■ Data records:
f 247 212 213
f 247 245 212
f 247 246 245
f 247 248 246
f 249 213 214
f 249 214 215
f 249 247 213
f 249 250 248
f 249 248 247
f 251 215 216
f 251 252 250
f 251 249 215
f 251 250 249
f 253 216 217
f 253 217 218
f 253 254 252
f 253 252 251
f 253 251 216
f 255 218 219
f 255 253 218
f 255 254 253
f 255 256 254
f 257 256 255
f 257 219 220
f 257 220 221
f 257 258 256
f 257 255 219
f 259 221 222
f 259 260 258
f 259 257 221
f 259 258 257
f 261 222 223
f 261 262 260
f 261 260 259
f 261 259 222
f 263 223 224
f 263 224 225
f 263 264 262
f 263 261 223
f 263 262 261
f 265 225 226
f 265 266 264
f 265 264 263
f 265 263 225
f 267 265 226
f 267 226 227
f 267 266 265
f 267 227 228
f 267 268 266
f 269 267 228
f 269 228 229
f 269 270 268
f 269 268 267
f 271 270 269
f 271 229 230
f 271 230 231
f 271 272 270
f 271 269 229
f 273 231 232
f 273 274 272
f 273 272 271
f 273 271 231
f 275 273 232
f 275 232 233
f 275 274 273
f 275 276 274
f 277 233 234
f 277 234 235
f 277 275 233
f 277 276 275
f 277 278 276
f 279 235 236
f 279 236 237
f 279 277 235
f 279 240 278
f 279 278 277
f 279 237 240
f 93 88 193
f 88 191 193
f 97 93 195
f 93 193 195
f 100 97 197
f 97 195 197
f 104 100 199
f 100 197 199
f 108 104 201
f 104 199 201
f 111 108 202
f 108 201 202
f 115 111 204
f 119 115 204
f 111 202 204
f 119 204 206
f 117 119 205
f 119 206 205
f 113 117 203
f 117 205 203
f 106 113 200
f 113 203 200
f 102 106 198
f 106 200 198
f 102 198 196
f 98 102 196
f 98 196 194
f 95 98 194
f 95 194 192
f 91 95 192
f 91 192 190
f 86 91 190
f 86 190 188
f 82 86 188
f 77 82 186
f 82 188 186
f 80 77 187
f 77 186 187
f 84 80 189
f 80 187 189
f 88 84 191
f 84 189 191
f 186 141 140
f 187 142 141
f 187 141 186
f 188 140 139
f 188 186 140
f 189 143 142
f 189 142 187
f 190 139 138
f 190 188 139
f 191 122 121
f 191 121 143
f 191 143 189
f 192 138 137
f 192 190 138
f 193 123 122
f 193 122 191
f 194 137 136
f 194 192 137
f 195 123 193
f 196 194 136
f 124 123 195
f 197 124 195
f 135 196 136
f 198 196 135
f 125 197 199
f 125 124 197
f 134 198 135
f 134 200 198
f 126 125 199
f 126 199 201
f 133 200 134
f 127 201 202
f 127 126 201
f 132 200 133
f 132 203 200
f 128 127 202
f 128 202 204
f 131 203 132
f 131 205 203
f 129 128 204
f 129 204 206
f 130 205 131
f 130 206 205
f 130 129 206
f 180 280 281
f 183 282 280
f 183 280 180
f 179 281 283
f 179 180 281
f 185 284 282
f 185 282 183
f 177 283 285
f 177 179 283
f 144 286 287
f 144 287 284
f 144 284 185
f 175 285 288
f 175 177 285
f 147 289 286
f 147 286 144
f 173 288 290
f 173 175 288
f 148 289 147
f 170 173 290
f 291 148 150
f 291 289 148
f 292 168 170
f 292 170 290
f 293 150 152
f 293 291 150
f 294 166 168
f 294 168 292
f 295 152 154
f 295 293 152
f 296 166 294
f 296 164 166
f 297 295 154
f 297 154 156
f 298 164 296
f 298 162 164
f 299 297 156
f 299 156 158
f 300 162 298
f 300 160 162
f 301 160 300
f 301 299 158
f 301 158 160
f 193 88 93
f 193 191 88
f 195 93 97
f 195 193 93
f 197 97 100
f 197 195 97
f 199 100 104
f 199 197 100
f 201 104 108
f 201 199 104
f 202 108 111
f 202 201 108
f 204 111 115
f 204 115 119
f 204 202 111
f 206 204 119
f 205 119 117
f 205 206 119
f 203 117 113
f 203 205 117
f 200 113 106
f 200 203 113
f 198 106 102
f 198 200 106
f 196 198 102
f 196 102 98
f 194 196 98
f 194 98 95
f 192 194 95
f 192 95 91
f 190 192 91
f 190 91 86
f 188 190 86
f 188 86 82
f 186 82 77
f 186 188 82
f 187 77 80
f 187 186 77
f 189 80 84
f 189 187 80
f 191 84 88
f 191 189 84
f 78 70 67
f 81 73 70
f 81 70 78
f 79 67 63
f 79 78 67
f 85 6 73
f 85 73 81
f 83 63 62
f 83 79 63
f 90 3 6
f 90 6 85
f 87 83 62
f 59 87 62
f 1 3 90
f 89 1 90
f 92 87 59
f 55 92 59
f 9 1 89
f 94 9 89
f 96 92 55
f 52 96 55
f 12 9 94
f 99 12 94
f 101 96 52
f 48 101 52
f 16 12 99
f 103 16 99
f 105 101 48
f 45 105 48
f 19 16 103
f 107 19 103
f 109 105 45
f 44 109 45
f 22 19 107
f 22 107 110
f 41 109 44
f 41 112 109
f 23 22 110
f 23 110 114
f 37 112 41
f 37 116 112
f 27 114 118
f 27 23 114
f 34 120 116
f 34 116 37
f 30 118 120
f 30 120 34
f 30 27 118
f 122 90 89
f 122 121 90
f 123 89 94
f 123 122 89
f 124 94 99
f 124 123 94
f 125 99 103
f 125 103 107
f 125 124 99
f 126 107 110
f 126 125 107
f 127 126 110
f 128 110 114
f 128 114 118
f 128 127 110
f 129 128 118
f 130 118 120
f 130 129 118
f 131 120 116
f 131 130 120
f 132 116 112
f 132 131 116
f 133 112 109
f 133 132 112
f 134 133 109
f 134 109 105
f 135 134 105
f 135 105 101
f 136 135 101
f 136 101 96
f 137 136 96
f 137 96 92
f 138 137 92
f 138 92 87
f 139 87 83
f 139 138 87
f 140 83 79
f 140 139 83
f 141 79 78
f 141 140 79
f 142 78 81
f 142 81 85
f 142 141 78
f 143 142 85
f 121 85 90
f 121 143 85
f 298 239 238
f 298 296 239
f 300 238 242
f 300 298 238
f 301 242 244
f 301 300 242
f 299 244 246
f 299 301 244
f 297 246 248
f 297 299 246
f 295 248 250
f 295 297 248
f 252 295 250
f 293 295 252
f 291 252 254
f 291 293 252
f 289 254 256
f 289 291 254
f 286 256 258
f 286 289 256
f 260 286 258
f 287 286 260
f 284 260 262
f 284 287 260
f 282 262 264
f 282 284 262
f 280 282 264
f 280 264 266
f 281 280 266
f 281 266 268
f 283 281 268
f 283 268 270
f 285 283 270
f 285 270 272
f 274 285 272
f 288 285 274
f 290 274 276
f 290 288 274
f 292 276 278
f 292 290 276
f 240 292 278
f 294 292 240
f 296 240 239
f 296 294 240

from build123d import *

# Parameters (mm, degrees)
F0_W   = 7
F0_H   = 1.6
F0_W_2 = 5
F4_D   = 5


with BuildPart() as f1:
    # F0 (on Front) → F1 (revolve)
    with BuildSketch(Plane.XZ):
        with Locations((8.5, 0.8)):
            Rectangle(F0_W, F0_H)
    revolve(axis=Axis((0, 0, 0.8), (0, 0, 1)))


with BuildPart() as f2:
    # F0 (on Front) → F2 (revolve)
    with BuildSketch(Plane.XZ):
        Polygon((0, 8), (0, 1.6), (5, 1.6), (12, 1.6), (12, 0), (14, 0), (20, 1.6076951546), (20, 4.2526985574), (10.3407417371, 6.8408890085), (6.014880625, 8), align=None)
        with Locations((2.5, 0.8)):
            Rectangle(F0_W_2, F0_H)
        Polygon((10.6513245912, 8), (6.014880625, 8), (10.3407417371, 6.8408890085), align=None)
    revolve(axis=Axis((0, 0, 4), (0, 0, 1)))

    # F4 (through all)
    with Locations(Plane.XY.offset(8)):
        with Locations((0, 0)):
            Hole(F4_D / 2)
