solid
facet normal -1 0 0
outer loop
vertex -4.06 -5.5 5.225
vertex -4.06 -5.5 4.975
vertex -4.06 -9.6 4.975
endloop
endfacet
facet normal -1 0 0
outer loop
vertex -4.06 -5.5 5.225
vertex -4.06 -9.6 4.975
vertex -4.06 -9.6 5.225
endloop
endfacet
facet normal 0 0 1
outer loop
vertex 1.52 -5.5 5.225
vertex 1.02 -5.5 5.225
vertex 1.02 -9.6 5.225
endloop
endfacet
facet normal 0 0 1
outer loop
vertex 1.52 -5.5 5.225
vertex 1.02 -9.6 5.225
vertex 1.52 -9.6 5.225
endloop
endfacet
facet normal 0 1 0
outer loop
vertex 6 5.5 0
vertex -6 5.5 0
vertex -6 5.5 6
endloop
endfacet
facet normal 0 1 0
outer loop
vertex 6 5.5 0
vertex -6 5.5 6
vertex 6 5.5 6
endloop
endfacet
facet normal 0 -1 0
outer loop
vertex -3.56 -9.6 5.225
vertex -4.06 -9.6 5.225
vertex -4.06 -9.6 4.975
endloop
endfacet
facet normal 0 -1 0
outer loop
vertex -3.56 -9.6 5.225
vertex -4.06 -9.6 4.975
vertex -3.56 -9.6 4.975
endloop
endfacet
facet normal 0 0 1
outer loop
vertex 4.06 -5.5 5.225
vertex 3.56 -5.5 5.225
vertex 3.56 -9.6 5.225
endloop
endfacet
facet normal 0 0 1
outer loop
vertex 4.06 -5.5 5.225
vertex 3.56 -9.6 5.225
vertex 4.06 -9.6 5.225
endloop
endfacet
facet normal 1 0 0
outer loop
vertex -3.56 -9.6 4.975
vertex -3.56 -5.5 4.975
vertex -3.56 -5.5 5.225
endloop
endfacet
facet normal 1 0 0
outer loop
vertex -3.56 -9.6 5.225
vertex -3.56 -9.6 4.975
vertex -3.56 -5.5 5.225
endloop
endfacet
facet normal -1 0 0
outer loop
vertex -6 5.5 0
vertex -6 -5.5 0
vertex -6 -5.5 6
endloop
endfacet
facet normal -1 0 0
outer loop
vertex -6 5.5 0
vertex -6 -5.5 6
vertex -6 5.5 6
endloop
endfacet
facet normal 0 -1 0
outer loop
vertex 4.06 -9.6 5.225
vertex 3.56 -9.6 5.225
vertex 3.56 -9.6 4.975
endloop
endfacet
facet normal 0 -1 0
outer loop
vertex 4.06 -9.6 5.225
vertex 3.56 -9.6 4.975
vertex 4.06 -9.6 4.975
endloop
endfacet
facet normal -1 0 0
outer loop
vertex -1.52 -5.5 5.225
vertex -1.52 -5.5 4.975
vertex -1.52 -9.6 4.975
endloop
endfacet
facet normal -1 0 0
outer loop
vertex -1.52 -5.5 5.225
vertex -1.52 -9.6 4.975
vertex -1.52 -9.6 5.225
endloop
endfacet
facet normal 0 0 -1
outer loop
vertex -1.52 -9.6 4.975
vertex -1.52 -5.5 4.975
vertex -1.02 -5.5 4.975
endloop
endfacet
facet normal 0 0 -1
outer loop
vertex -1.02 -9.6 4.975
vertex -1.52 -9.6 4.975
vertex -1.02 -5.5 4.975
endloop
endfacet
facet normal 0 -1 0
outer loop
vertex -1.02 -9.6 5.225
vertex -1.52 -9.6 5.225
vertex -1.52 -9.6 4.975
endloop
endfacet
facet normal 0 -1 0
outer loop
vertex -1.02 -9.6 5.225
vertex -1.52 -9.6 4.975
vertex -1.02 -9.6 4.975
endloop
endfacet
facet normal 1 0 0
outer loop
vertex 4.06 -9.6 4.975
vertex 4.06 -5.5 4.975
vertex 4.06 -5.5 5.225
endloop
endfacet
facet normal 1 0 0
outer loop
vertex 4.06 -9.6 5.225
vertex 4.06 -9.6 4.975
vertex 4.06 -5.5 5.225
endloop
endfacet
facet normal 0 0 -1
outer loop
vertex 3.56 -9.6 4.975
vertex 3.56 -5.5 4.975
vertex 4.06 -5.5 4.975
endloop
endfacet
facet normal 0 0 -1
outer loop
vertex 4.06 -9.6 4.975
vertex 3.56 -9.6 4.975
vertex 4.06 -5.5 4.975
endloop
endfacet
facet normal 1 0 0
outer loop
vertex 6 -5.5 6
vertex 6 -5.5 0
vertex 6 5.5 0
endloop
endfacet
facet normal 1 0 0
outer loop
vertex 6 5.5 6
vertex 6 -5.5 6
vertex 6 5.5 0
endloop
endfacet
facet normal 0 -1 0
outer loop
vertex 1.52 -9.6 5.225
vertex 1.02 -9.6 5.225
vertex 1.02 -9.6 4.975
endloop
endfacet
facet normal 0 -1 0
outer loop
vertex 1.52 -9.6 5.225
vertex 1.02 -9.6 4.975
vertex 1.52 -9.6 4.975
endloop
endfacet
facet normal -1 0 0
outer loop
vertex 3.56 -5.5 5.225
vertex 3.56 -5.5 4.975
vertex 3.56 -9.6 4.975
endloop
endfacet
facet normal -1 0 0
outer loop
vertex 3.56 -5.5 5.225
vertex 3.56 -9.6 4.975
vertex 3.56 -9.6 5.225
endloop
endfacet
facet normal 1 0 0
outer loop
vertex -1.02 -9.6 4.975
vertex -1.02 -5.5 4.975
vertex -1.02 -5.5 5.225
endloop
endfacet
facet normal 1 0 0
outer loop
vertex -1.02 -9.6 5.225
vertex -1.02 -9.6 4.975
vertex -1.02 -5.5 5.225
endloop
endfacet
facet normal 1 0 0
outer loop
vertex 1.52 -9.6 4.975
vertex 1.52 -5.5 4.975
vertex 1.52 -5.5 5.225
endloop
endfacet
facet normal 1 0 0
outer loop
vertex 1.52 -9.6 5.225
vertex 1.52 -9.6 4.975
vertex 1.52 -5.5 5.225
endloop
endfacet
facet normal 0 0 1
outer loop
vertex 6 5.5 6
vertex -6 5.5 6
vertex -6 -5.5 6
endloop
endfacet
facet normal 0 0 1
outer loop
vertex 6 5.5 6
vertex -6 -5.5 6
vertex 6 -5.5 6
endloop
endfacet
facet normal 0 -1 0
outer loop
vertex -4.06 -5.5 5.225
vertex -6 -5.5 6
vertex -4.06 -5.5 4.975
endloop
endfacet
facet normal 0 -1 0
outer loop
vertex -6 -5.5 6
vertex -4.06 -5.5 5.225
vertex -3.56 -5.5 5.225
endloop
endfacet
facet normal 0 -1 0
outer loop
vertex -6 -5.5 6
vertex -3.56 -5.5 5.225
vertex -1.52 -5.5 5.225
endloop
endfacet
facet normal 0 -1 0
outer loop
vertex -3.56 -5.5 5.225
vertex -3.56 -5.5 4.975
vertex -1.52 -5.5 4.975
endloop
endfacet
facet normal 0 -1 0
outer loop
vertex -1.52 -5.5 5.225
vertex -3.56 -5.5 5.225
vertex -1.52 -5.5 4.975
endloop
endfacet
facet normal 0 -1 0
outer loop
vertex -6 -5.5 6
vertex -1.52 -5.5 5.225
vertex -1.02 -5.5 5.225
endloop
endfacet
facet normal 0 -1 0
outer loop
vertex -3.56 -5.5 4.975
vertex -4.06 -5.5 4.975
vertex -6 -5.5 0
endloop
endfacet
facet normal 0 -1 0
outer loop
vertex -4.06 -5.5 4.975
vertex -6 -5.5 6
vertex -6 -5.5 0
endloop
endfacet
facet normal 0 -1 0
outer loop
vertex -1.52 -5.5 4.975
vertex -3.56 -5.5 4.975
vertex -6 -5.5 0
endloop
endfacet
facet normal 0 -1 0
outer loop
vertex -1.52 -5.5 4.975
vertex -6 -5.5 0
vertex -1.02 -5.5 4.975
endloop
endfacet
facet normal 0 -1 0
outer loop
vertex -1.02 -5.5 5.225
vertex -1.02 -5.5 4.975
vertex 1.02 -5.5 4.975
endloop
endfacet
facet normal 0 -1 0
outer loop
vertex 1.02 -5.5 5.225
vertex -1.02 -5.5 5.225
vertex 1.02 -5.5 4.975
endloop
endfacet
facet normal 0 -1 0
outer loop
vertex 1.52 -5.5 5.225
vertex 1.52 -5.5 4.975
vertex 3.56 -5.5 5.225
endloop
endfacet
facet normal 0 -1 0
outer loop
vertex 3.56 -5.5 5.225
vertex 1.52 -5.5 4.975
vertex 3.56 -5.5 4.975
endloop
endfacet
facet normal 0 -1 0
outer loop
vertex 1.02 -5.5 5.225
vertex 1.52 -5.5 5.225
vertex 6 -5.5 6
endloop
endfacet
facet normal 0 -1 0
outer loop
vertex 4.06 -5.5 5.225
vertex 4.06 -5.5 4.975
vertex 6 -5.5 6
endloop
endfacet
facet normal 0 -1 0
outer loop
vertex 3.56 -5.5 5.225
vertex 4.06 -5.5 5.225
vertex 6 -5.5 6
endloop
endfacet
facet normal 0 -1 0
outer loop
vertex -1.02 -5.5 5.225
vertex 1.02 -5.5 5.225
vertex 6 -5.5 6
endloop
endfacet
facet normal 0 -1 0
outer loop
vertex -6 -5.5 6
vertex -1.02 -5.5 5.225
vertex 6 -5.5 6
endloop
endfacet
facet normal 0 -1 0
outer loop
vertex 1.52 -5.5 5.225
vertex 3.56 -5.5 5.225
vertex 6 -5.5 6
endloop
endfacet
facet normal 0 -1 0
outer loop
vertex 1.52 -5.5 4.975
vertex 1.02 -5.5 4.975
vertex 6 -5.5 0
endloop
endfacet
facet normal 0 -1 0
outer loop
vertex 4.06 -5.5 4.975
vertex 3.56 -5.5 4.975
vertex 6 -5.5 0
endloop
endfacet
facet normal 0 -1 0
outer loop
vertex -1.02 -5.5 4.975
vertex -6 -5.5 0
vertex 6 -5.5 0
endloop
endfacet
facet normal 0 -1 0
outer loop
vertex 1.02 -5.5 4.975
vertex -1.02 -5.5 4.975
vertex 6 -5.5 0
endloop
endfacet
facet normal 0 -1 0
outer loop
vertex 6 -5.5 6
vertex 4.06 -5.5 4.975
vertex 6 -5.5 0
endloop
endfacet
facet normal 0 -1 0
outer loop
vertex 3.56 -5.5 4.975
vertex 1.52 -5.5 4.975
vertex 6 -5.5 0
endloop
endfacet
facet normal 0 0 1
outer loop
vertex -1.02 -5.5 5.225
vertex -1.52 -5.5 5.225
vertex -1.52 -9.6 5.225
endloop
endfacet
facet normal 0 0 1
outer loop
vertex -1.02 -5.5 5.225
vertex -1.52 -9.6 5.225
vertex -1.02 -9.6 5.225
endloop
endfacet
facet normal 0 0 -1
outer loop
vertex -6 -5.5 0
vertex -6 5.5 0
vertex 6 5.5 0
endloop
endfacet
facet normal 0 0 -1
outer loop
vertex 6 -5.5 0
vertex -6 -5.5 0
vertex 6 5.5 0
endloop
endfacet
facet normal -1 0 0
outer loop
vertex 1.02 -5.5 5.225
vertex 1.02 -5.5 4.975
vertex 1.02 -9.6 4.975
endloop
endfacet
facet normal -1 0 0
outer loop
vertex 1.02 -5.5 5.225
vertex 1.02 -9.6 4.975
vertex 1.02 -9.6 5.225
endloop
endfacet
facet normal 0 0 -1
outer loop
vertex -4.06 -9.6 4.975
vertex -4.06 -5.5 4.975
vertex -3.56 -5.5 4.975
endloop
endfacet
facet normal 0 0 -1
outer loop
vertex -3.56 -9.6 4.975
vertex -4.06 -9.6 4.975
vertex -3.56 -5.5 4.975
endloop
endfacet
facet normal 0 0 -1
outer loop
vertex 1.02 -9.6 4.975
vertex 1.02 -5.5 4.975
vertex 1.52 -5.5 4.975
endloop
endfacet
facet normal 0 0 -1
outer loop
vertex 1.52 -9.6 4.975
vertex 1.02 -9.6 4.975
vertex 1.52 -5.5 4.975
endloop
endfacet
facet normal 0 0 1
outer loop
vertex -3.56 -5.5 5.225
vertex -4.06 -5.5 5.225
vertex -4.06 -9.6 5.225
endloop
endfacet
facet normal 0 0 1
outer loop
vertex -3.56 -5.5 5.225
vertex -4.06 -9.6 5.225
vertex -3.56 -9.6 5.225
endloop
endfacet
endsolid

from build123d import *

# Parameters (mm, degrees)
SKETCH1_W           = 12
SKETCH1_H           = 11
BOSS_EXTRUDE1_DEPTH = 6
SKETCH2_W           = 0.5
SKETCH2_H           = 0.25
BOSS_EXTRUDE2_DEPTH = 4.1


with BuildPart() as part:
    # Sketch1 → Boss-Extrude1 (new body)
    with BuildSketch(Plane.XY):
        Rectangle(SKETCH1_W, SKETCH1_H)
    extrude(amount=BOSS_EXTRUDE1_DEPTH)

    # Sketch2 → Boss-Extrude2 (add)
    with BuildSketch(Plane.XZ.offset(5.5)):
        with Locations((1.27, 5.1)):
            Rectangle(SKETCH2_W, SKETCH2_H)
        with Locations((3.81, 5.1)):
            Rectangle(SKETCH2_W, SKETCH2_H)
        with Locations((-1.27, 5.1)):
            Rectangle(SKETCH2_W, SKETCH2_H)
        with Locations((-3.81, 5.1)):
            Rectangle(SKETCH2_W, SKETCH2_H)
    extrude(amount=BOSS_EXTRUDE2_DEPTH)


solid = part.part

■ Task prompt: Copy the lines above exactly, from the very first through the one containing "f 269 270 268", and include no other line.

■ Written solution:
f 247 212 213
f 247 245 212
f 247 246 245
f 247 248 246
f 249 213 214
f 249 214 215
f 249 247 213
f 249 250 248
f 249 248 247
f 251 215 216
f 251 252 250
f 251 249 215
f 251 250 249
f 253 216 217
f 253 217 218
f 253 254 252
f 253 252 251
f 253 251 216
f 255 218 219
f 255 253 218
f 255 254 253
f 255 256 254
f 257 256 255
f 257 219 220
f 257 220 221
f 257 258 256
f 257 255 219
f 259 221 222
f 259 260 258
f 259 257 221
f 259 258 257
f 261 222 223
f 261 262 260
f 261 260 259
f 261 259 222
f 263 223 224
f 263 224 225
f 263 264 262
f 263 261 223
f 263 262 261
f 265 225 226
f 265 266 264
f 265 264 263
f 265 263 225
f 267 265 226
f 267 226 227
f 267 266 265
f 267 227 228
f 267 268 266
f 269 267 228
f 269 228 229
f 269 270 268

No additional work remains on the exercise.